A la segunda cuestión, la señora Juez doctora Soláns dijo:
En virtud del resultado arrojado por la votación a la primera cuestión, corresponde a) reducir la indemnización fijada a favor de Flavio Gonzalo Mansueto a la suma de PESOS CIENTO SESENTA Y UN MIL DOSCIENTOS ($ 161.200) con más los intereses calculados a la tasa pasiva más alta fijada por el Banco de la Provincia de Buenos Aires en sus depósitos a treinta (30) días, vigente al inicio de cada uno de los períodos comprendidos desde la fecha del hecho dañoso hasta el día de su efectivo pago (arts. 622 y 623, Código Civil de Vélez Sarsfield; 7 y 768, inc. «c», Código Civil y Comercial de la Nación; 7 y 10, ley 23.928 y modif.; SCBA CAUSA 119.176, «Cabrera, Pablo David c/ Ferrari, Adrián Rubén s/ daños y perjuicios» sentencia del 15/06/2016), b) establecer que resulta aplicable al caso la ley 12.836 y que a sus disposiciones deberá adecuarse el cálculo de intereses; c) confirmar la sentencia en todo lo demás que decide y ha sido materia de agravio.
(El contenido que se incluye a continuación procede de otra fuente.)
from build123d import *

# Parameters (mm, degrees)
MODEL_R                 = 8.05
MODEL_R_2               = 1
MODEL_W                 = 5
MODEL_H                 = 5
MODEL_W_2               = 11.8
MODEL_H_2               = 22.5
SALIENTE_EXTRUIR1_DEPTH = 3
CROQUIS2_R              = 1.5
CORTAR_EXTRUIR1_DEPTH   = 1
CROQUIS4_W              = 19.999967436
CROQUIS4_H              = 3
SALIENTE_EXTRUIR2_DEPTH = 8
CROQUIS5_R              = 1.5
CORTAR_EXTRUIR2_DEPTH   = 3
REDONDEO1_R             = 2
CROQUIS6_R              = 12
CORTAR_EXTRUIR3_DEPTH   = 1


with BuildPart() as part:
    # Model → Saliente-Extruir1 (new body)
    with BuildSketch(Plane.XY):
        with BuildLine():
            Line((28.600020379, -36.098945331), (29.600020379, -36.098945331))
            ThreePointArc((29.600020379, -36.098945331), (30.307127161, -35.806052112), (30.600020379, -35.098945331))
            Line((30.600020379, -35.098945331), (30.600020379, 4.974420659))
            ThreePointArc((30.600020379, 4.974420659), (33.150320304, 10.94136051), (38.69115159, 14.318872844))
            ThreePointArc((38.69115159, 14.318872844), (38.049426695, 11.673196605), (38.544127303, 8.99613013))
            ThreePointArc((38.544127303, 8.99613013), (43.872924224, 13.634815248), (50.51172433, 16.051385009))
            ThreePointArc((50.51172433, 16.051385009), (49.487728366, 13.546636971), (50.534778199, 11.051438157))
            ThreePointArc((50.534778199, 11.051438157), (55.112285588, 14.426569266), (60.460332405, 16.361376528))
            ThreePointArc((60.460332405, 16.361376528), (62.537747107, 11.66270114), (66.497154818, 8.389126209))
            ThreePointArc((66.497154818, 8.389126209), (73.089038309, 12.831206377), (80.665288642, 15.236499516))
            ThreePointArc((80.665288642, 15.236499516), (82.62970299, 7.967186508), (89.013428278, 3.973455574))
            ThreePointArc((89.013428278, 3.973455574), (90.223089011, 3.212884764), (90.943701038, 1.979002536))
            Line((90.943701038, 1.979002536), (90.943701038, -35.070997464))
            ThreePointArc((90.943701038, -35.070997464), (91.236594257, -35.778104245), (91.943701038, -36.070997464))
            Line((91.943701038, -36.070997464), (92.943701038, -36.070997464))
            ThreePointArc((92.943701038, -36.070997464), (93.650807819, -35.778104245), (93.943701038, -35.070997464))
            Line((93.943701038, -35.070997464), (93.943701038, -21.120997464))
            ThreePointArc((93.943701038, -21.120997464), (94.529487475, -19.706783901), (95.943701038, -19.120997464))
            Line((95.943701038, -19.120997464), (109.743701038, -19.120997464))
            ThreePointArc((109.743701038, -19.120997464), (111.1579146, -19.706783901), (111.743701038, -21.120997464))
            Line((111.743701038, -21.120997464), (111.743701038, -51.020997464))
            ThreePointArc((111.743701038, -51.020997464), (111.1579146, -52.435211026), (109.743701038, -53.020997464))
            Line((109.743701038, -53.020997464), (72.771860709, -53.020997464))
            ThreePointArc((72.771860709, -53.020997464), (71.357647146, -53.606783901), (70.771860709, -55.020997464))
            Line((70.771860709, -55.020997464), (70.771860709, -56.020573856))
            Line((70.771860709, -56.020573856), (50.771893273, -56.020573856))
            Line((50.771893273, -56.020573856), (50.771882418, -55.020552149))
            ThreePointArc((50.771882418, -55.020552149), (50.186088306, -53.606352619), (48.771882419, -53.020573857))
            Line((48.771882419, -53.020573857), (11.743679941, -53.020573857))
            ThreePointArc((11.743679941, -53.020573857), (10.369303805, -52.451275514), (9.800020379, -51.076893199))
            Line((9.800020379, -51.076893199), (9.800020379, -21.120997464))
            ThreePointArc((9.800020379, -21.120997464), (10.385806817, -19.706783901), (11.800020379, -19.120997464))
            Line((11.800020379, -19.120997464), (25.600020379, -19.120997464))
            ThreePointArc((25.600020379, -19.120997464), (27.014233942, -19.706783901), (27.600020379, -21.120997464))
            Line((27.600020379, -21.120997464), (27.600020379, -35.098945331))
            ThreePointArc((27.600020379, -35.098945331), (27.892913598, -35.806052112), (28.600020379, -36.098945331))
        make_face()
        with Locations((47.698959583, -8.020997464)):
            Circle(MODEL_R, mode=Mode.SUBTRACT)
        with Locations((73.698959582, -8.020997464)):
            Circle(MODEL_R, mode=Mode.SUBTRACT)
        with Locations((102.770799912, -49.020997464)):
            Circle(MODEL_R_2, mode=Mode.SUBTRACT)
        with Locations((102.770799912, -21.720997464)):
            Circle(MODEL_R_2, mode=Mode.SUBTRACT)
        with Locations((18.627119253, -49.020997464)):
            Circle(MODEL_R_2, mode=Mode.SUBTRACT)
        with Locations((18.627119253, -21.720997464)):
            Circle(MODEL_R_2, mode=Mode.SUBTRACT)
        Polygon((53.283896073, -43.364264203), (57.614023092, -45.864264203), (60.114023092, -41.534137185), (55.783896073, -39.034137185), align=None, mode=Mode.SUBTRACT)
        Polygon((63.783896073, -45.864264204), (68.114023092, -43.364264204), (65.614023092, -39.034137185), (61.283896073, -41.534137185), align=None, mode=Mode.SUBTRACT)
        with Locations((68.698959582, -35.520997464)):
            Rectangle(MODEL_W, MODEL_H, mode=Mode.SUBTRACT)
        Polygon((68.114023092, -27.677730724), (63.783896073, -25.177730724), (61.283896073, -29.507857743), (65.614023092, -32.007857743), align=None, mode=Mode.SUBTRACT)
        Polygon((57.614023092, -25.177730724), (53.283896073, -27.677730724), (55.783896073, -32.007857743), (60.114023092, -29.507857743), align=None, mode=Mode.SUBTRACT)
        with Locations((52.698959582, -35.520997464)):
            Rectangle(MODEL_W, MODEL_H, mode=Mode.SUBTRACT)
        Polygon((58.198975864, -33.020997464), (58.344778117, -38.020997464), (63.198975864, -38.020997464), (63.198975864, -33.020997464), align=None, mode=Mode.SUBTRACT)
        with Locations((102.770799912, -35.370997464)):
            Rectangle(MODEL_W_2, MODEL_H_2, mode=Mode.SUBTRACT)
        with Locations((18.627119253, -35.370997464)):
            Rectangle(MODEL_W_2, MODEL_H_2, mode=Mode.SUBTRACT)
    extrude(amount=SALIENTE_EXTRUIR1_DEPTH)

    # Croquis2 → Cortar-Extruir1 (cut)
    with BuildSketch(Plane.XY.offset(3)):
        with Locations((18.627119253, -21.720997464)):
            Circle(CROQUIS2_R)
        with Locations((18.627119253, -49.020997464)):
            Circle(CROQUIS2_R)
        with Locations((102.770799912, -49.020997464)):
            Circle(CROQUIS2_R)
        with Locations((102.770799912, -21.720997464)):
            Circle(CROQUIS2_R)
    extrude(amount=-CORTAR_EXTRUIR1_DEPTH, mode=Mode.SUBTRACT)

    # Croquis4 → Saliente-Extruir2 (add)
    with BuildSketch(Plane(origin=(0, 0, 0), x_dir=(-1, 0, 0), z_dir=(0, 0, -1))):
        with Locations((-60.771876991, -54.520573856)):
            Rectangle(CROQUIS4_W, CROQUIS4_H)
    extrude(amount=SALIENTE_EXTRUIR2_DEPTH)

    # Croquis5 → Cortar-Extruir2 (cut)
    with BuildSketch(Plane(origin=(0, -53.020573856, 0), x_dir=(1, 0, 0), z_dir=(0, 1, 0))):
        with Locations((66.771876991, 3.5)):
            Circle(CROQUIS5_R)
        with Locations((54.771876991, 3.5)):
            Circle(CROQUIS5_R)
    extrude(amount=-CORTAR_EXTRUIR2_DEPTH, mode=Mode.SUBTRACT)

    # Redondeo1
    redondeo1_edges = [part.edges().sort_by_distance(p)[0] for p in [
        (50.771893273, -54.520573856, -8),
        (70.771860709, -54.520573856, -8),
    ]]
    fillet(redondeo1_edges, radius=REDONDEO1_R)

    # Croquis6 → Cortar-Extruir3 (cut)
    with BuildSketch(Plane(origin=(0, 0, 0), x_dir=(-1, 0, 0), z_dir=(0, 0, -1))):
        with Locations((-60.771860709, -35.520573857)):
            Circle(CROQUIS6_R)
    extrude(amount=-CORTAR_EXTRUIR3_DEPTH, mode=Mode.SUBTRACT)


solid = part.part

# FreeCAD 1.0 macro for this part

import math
import FreeCAD as App
import Part
import Sketcher

V = App.Vector
Q = App.Units.Quantity


def edges_at(feature, points):
    """Names of the edges that pass closest to the given points."""
    edges = feature.Shape.Edges
    near = lambda p: min(range(len(edges)), key=lambda i: edges[i].distToShape(Part.Vertex(*p))[0])
    return sorted({f"Edge{near(p) + 1}" for p in points})


def add_polygon(sketch, points):
    """Adds a closed chain of lines whose ends are joined by coincident constraints."""
    first, n = sketch.GeometryCount, len(points)
    for a, b in zip(points, points[1:] + points[:1]):
        sketch.addGeometry(Part.LineSegment(App.Vector(*a, 0), App.Vector(*b, 0)), False)
    for i in range(n):
        sketch.addConstraint(Sketcher.Constraint("Coincident", first + i, 2, first + (i + 1) % n, 1))

doc = App.newDocument("Part")
body = doc.addObject("PartDesign::Body", "Body")

# Sketch on XY plane
sketch1 = body.newObject("Sketcher::SketchObject", "Sketch")
sketch1.AttachmentSupport = (doc.getObject("XY_Plane"), [""])
sketch1.MapMode = "FlatFace"
sketch1.addGeometry(Part.LineSegment(V(29.60002, -36.098945, 0), V(28.60002, -36.098945, 0)), False)  # 0
sketch1.addGeometry(Part.ArcOfCircle(Part.Circle(V(28.60002, -35.098945, 0), V(0, 0, 1), 1), math.radians(-180), math.radians(-90)), False)  # 1
sketch1.addGeometry(Part.LineSegment(V(27.60002, -35.098945, 0), V(27.60002, -21.120997, 0)), False)  # 2
sketch1.addGeometry(Part.ArcOfCircle(Part.Circle(V(25.60002, -21.120997, 0), V(0, 0, 1), 2), math.radians(0), math.radians(90)), False)  # 3
sketch1.addGeometry(Part.LineSegment(V(25.60002, -19.120997, 0), V(11.80002, -19.120997, 0)), False)  # 4
sketch1.addGeometry(Part.ArcOfCircle(Part.Circle(V(11.80002, -21.120997, 0), V(0, 0, 1), 2), math.radians(90), math.radians(180)), False)  # 5
sketch1.addGeometry(Part.LineSegment(V(9.80002, -21.120997, 0), V(9.80002, -51.076893, 0)), False)  # 6
sketch1.addGeometry(Part.ArcOfCircle(Part.Circle(V(11.743701, -51.076893, 0), V(0, 0, 1), 1.943681), math.radians(-180), math.radians(-90.000622)), False)  # 7
sketch1.addGeometry(Part.LineSegment(V(11.74368, -53.020574, 0), V(48.771882, -53.020574, 0)), False)  # 8
sketch1.addGeometry(Part.ArcOfCircle(Part.Circle(V(48.771882, -55.020574, 0), V(0, 0, 1), 2), math.radians(0.000622), math.radians(90)), False)  # 9
sketch1.addGeometry(Part.LineSegment(V(50.771882, -55.020552, 0), V(50.771893, -56.020574, 0)), False)  # 10
sketch1.addGeometry(Part.LineSegment(V(50.771893, -56.020574, 0), V(70.771861, -56.020574, 0)), False)  # 11
sketch1.addGeometry(Part.LineSegment(V(70.771861, -56.020574, 0), V(70.771861, -55.020997, 0)), False)  # 12
sketch1.addGeometry(Part.ArcOfCircle(Part.Circle(V(72.771861, -55.020997, 0), V(0, 0, 1), 2), math.radians(90), math.radians(180)), False)  # 13
sketch1.addGeometry(Part.LineSegment(V(72.771861, -53.020997, 0), V(109.743701, -53.020997, 0)), False)  # 14
sketch1.addGeometry(Part.ArcOfCircle(Part.Circle(V(109.743701, -51.020997, 0), V(0, 0, 1), 2), math.radians(-90), math.radians(0)), False)  # 15
sketch1.addGeometry(Part.LineSegment(V(111.743701, -51.020997, 0), V(111.743701, -21.120997, 0)), False)  # 16
sketch1.addGeometry(Part.ArcOfCircle(Part.Circle(V(109.743701, -21.120997, 0), V(0, 0, 1), 2), math.radians(0), math.radians(90)), False)  # 17
sketch1.addGeometry(Part.LineSegment(V(109.743701, -19.120997, 0), V(95.943701, -19.120997, 0)), False)  # 18
sketch1.addGeometry(Part.ArcOfCircle(Part.Circle(V(95.943701, -21.120997, 0), V(0, 0, 1), 2), math.radians(90), math.radians(180)), False)  # 19
sketch1.addGeometry(Part.LineSegment(V(93.943701, -21.120997, 0), V(93.943701, -35.070997, 0)), False)  # 20
sketch1.addGeometry(Part.ArcOfCircle(Part.Circle(V(92.943701, -35.070997, 0), V(0, 0, 1), 1), math.radians(-90), math.radians(0)), False)  # 21
sketch1.addGeometry(Part.LineSegment(V(92.943701, -36.070997, 0), V(91.943701, -36.070997, 0)), False)  # 22
sketch1.addGeometry(Part.ArcOfCircle(Part.Circle(V(91.943701, -35.070997, 0), V(0, 0, 1), 1), math.radians(-180), math.radians(-90)), False)  # 23
sketch1.addGeometry(Part.LineSegment(V(90.943701, -35.070997, 0), V(90.943701, 1.979003, 0)), False)  # 24
sketch1.addGeometry(Part.ArcOfCircle(Part.Circle(V(88.067367, 1.126533, 0), V(0, 0, 1), 3), math.radians(16.508438), math.radians(71.617836)), False)  # 25
sketch1.addGeometry(Part.ArcOfCircle(Part.Circle(V(90.910772, 14.105094, 0), V(0, 0, 1), 10.307764), math.radians(173.698375), math.radians(259.393122)), False)  # 26
sketch1.addGeometry(Part.ArcOfCircle(Part.Circle(V(85.242917, -12.316798, 0), V(0, 0, 1), 27.930966), math.radians(99.432804), math.radians(132.15559)), False)  # 27
sketch1.addGeometry(Part.ArcOfCircle(Part.Circle(V(71.450994, 18.412074, 0), V(0, 0, 1), 11.18034), math.radians(-169.430975), math.radians(-116.300872)), False)  # 28
sketch1.addGeometry(Part.ArcOfCircle(Part.Circle(V(64.452877, -3.033247, 0), V(0, 0, 1), 19.801309), math.radians(101.632314), math.radians(134.659156)), False)  # 29
sketch1.addGeometry(Part.ArcOfCircle(Part.Circle(V(53.023225, 13.562939, 0), V(0, 0, 1), 3.535534), math.radians(135.264179), math.radians(225.264179)), False)  # 30
sketch1.addGeometry(Part.ArcOfCircle(Part.Circle(V(53.699757, -3.034119, 0), V(0, 0, 1), 19.349935), math.radians(99.483105), math.radians(141.558127)), False)  # 31
sketch1.addGeometry(Part.ArcOfCircle(Part.Circle(V(44.566144, 11.493192, 0), V(0, 0, 1), 6.519202), math.radians(154.313956), math.radians(202.521611)), False)  # 32
sketch1.addGeometry(Part.ArcOfCircle(Part.Circle(V(41.197558, 3.973456, 0), V(0, 0, 1), 10.644704), math.radians(103.618763), math.radians(174.604272)), False)  # 33
sketch1.addGeometry(Part.LineSegment(V(30.60002, 4.974421, 0), V(30.60002, -35.098945, 0)), False)  # 34
sketch1.addGeometry(Part.ArcOfCircle(Part.Circle(V(29.60002, -35.098945, 0), V(0, 0, 1), 1), math.radians(-90), math.radians(0)), False)  # 35
sketch1.addGeometry(Part.Circle(V(102.7708, -49.020997, 0), V(0, 0, 1), 1), False)  # 36
add_polygon(sketch1, [(63.783896, -45.864264), (61.283896, -41.534137), (65.614023, -39.034137), (68.114023, -43.364264)])  # lines 37-40
add_polygon(sketch1, [(96.8708, -46.620997), (96.8708, -24.120997), (108.6708, -24.120997), (108.6708, -46.620997)])  # lines 41-44
add_polygon(sketch1, [(66.19896, -38.020997), (66.19896, -33.020997), (71.19896, -33.020997), (71.19896, -38.020997)])  # lines 45-48
add_polygon(sketch1, [(58.198976, -33.020997), (63.198976, -33.020997), (63.198976, -38.020997), (58.344778, -38.020997)])  # lines 49-52
add_polygon(sketch1, [(68.114023, -27.677731), (65.614023, -32.007858), (61.283896, -29.507858), (63.783896, -25.177731)])  # lines 53-56
add_polygon(sketch1, [(53.283896, -43.364264), (55.783896, -39.034137), (60.114023, -41.534137), (57.614023, -45.864264)])  # lines 57-60
sketch1.addGeometry(Part.Circle(V(18.627119, -49.020997, 0), V(0, 0, 1), 1), False)  # 61
add_polygon(sketch1, [(50.19896, -38.020997), (50.19896, -33.020997), (55.19896, -33.020997), (55.19896, -38.020997)])  # lines 62-65
add_polygon(sketch1, [(57.614023, -25.177731), (60.114023, -29.507858), (55.783896, -32.007858), (53.283896, -27.677731)])  # lines 66-69
add_polygon(sketch1, [(12.727119, -46.620997), (12.727119, -24.120997), (24.527119, -24.120997), (24.527119, -46.620997)])  # lines 70-73
sketch1.addGeometry(Part.Circle(V(102.7708, -21.720997, 0), V(0, 0, 1), 1), False)  # 74
sketch1.addGeometry(Part.Circle(V(73.69896, -8.020997, 0), V(0, 0, 1), 8.05), False)  # 75
sketch1.addGeometry(Part.Circle(V(18.627119, -21.720997, 0), V(0, 0, 1), 1), False)  # 76
sketch1.addGeometry(Part.Circle(V(47.69896, -8.020997, 0), V(0, 0, 1), 8.05), False)  # 77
Las costas devengadas ante la Alzada se imponen a la parte demandada sustancialmente vencida (arts. 68 del CPCC), difiriendo la regulación de honorarios para el momento procesal oportuno (art. 31 ley 8904).
El señor Juez doctor Krause por los mismos fundamentos votó en igual sentido.
Con lo que terminó el Acuerdo, dictándose la siguiente:
POR ELLO, en virtud de las conclusiones obtenidas en el Acuerdo que antecede y de los fundamentos expuestos en el mismo, a) se reduce la indemnización fijada a favor de Flavio Gonzalo Mansueto a la suma de PESOS CIENTO SESENTA Y UN MIL DOSCIENTOS ($ 161.200) con más los intereses calculados a la tasa pasiva más alta fijada por el Banco de la Provincia de Buenos Aires en sus depósitos a treinta (30) días, vigente al inicio de cada uno de los períodos comprendidos desde la fecha del hecho dañoso hasta el día de su efectivo pago (arts. 622 y 623, Código Civil de Vélez Sarsfield; 7 y 768, inc. «c», Código Civil y Comercial de la Nación; 7 y 10, ley 23.928 y modif.; SCBA CAUSA 119.176, «Cabrera, Pablo David c/ Ferrari, Adrián Rubén s/ daños y perjuicios» sentencia del 15/06/2016), b) se establece que resulta aplicable al caso la ley 12.836 y que a sus disposiciones deberá adecuarse el cálculo de intereses; c) se confirma la sentencia en todo lo demás que decide y ha sido materia de agravio. Las costas devengadas ante la Alzada se imponen a la parte demandada sustancialmente vencida (arts. 68 del CPCC), difiriendo la regulación de honorarios para el momento procesal oportuno (art. 31 ley 8904).
Regístrese, notifíquese y devuélvase.